The panel didn’t just discuss traditional market-rate investment, as the breadth of knowledge and experience among the panelists covered other alternative investment strategies. One of the panelists was Caci Cambruzzi Jaeger, a partner at Ascent Multifamily Group, an affordable housing arm within Charlotte-based Ascent Real Estate Partners.

Jaeger said that the firm has purchased four communities and sold another in the past 18 months. One such deal was Charlotte Woods, a 266-unit community off Woodlawn Road in Charlotte. The company acquired the property in September 2023 in partnership with Housing Impact Fund II, a $16 million investment vehicle backed by PNC Bank and other investors that features a social impact component.

As part of the acquisition, Ascent Multifamily placed a long-term deed restriction on the asset so that units remained affordable to households earning 30 to 80 percent of the area median income (AMI).

“The current environment has actually been favorable for us,” said Jaeger. “We’re able to have a lower cost of capital with our affordable fund that we’re deploying. That enables us to compete well with the former value-add buyers that are looking for that double-digit return.”

Another bright spot in the multifamily continuum that the panel discussed is active adult. The property category, which falls into the sweet spot between market-rate multifamily and independent living for seniors, has become a darling in the investment community as occupancy and rent growth remain positive.

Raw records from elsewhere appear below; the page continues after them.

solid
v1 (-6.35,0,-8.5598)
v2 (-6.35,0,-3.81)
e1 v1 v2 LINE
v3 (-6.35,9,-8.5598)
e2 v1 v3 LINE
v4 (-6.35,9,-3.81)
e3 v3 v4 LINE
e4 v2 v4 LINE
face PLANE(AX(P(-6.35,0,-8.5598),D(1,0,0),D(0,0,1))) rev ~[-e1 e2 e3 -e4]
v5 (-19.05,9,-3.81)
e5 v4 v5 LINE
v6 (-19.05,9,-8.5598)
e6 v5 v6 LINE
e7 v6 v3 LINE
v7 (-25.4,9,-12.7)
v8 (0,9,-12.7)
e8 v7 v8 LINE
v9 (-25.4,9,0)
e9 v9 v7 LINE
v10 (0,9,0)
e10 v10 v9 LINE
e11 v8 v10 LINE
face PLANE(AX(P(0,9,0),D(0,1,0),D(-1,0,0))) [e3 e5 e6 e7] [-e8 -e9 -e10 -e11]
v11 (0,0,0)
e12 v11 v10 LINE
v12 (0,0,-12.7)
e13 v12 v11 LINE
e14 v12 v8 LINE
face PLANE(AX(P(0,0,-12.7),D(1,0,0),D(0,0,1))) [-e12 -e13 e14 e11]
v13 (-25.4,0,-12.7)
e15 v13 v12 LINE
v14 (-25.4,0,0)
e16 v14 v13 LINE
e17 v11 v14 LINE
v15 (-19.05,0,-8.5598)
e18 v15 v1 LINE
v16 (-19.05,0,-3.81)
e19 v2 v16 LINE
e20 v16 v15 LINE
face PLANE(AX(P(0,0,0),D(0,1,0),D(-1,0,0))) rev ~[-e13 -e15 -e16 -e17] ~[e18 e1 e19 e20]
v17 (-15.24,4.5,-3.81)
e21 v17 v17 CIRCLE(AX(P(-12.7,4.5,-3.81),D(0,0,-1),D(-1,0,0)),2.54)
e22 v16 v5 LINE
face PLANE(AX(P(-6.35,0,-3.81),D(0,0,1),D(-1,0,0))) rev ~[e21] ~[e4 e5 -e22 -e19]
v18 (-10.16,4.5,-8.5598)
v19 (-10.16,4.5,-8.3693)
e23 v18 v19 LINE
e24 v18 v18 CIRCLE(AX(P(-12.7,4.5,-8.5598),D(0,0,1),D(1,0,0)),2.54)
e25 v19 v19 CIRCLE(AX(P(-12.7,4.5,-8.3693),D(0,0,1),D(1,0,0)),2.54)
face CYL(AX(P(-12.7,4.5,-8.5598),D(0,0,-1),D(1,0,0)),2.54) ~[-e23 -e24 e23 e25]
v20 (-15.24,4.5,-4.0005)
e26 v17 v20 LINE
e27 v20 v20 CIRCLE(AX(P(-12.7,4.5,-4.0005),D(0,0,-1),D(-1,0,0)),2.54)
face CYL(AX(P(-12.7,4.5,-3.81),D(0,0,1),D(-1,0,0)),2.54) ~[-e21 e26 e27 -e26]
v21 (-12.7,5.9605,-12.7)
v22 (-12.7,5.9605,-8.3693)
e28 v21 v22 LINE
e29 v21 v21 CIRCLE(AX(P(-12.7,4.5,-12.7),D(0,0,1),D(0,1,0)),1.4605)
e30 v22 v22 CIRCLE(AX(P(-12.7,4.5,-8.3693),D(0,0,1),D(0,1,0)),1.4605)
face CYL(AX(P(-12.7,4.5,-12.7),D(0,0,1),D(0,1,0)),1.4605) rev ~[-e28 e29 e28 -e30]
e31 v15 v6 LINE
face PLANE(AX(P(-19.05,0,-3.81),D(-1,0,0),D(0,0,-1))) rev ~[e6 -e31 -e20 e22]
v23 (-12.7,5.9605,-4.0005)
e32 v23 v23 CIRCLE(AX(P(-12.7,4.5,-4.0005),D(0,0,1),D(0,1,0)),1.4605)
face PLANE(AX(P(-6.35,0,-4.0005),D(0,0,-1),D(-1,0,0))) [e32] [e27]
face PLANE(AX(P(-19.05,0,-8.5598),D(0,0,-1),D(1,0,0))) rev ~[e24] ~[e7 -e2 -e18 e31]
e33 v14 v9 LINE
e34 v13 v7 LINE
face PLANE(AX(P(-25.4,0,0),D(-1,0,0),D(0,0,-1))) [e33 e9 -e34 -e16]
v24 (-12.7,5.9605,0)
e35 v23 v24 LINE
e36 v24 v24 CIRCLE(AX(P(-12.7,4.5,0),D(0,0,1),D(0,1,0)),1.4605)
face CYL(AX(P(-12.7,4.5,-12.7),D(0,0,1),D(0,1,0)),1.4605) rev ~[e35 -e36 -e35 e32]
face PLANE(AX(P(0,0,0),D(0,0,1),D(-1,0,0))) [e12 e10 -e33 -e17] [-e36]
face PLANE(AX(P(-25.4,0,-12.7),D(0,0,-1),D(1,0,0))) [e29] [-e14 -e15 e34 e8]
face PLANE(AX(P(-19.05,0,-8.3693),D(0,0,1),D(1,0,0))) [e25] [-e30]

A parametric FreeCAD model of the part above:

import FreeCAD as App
import Part
import Sketcher
Q = App.Units.Quantity


def add_polygon(sketch, points):
    """Adds a closed chain of lines whose ends are joined by coincident constraints."""
    first, n = sketch.GeometryCount, len(points)
    for a, b in zip(points, points[1:] + points[:1]):
        sketch.addGeometry(Part.LineSegment(App.Vector(*a, 0), App.Vector(*b, 0)), False)
    for i in range(n):
        sketch.addConstraint(Sketcher.Constraint("Coincident", first + i, 2, first + (i + 1) % n, 1))

doc = App.newDocument("Part")
body = doc.addObject("PartDesign::Body", "Body")

# Sketch on XZ plane
sketch1 = body.newObject("Sketcher::SketchObject", "Sketch")
sketch1.AttachmentSupport = (doc.getObject("XZ_Plane"), [""])
sketch1.MapMode = "FlatFace"
add_polygon(sketch1, [(-25.4, 0), (0, 0), (0, -12.7), (-25.4, -12.7)])  # lines 0-3
add_polygon(sketch1, [(-6.3, -8.6), (-6.3, -3.8), (-19.1, -3.8), (-19.1, -8.6)])  # lines 4-7
sketch1.addConstraint(Sketcher.Constraint("Horizontal", 0))
sketch1.addConstraint(Sketcher.Constraint("Vertical", 1))
sketch1.addConstraint(Sketcher.Constraint("Horizontal", 2))
sketch1.addConstraint(Sketcher.Constraint("Vertical", 3))
sketch1.addConstraint(Sketcher.Constraint("Vertical", 4))
sketch1.addConstraint(Sketcher.Constraint("Horizontal", 5))
sketch1.addConstraint(Sketcher.Constraint("Vertical", 6))
sketch1.addConstraint(Sketcher.Constraint("Horizontal", 7))
sketch1.addConstraint(Sketcher.Constraint("Coincident", 0, 2, -1, 1))
sketch1.addConstraint(Sketcher.Constraint("Equal", 7, 1))
sketch1.addConstraint(Sketcher.Constraint("DistanceX", 0, 1, 0, 2, Q("1 in")))
sketch1.addConstraint(Sketcher.Constraint("DistanceX", 5, 2, 5, 1, Q("0.5 in")))
sketch1.addConstraint(Sketcher.Constraint("DistanceY", 4, 1, 4, 2, Q("0.187 in")))
sketch1.addConstraint(Sketcher.Constraint("DistanceX", 4, 2, -1, 1, Q("0.25 in")))
sketch1.addConstraint(Sketcher.Constraint("DistanceY", 4, 2, -1, 1, Q("0.15 in")))
pad1 = body.newObject("PartDesign::Pad", "Pad")
pad1.Profile = sketch1
pad1.Length = 9
pad1.Reversed = True

# Sketch on XY plane
sketch2 = body.newObject("Sketcher::SketchObject", "Sketch001")
sketch2.AttachmentSupport = (doc.getObject("XY_Plane"), [""])
sketch2.MapMode = "FlatFace"
sketch2.AttachmentOffset = App.Placement(App.Vector(0, 0, -0.337 * 25.4), App.Rotation())
sketch2.addGeometry(Part.Circle(App.Vector(-12.7, 4.5, 0), App.Vector(0, 0, 1), 2.5), False)
sketch2.addConstraint(Sketcher.Constraint("Diameter", 0, Q("0.2 in")))
sketch2.addConstraint(Sketcher.Constraint("DistanceX", 0, 3, -1, 1, Q("0.5 in")))
sketch2.addConstraint(Sketcher.Constraint("DistanceY", -1, 1, 0, 3, Q("4.5 mm")))
pad2 = body.newObject("PartDesign::Pad", "Pad001")
pad2.Profile = sketch2
pad2.Length = Q("0.0075 in")

# Sketch on XY plane
sketch3 = body.newObject("Sketcher::SketchObject", "Sketch002")
sketch3.AttachmentSupport = (doc.getObject("XY_Plane"), [""])
sketch3.MapMode = "FlatFace"
sketch3.AttachmentOffset = App.Placement(App.Vector(0, 0, -0.15 * 25.4), App.Rotation())
sketch3.addGeometry(Part.Circle(App.Vector(-12.7, 4.5, 0), App.Vector(0, 0, 1), 2.5), False)
sketch3.addConstraint(Sketcher.Constraint("Diameter", 0, Q("0.2 in")))
sketch3.addConstraint(Sketcher.Constraint("DistanceX", 0, 3, -1, 1, Q("0.5 in")))
sketch3.addConstraint(Sketcher.Constraint("DistanceY", -1, 1, 0, 3, Q("4.5 mm")))
pad3 = body.newObject("PartDesign::Pad", "Pad002")
pad3.Profile = sketch3
pad3.Length = Q("0.0075 in")
pad3.Reversed = True

# Sketch on XY plane
sketch4 = body.newObject("Sketcher::SketchObject", "Sketch003")
sketch4.AttachmentSupport = (doc.getObject("XY_Plane"), [""])
sketch4.MapMode = "FlatFace"
sketch4.AttachmentOffset = App.Placement(App.Vector(0, 0, -0.5 * 25.4), App.Rotation())
sketch4.addGeometry(Part.Circle(App.Vector(-12.7, 4.5, 0), App.Vector(0, 0, 1), 1.5), False)
sketch4.addConstraint(Sketcher.Constraint("Diameter", 0, Q("0.115 in")))
sketch4.addConstraint(Sketcher.Constraint("DistanceX", 0, 3, -1, 1, Q("0.5 in")))
sketch4.addConstraint(Sketcher.Constraint("DistanceY", -1, 1, 0, 3, Q("4.5 mm")))
doc.recompute()
hole = body.newObject("PartDesign::Hole", "Hole")
hole.Profile = sketch4
hole.ThreadType = "None"
hole.Diameter = Q("0.115 in")
hole.DepthType = "ThroughAll"
hole.Reversed = True

doc.recompute()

“Institutional equity is very interested in active adult,” said Chester of Blaze Capital. “That’s largely driven by the fundamentals. We can point to our portfolio where we’re getting 75 percent retention and 70 percent renewal growth.”

Blaze Capital purchased a pair of active adult communities in metro Atlanta in late 2022 — Hardy Springs in Dallas and Annabelle on Main in Duluth — and Chester said the firm has another community in lease-up in the Carolinas.

Chester added that the active adult category is not without its challenges, and because of the limited supply it’s “thinly traded” and consolidated within a few entrenched firms, though there are opportunities among newer deliveries for buyers willing to take on lease-up risk.

Russell said that AvalonBay has also been thinking outside of just market-rate acquisitions lately. The company has been actively investing in development deals with third parties.

“A lot of lenders aren’t lending as high into the [capital] stack as they used to, so that presents some opportunity to participate in some third-party deals by helping bridge those gaps,” said Russell.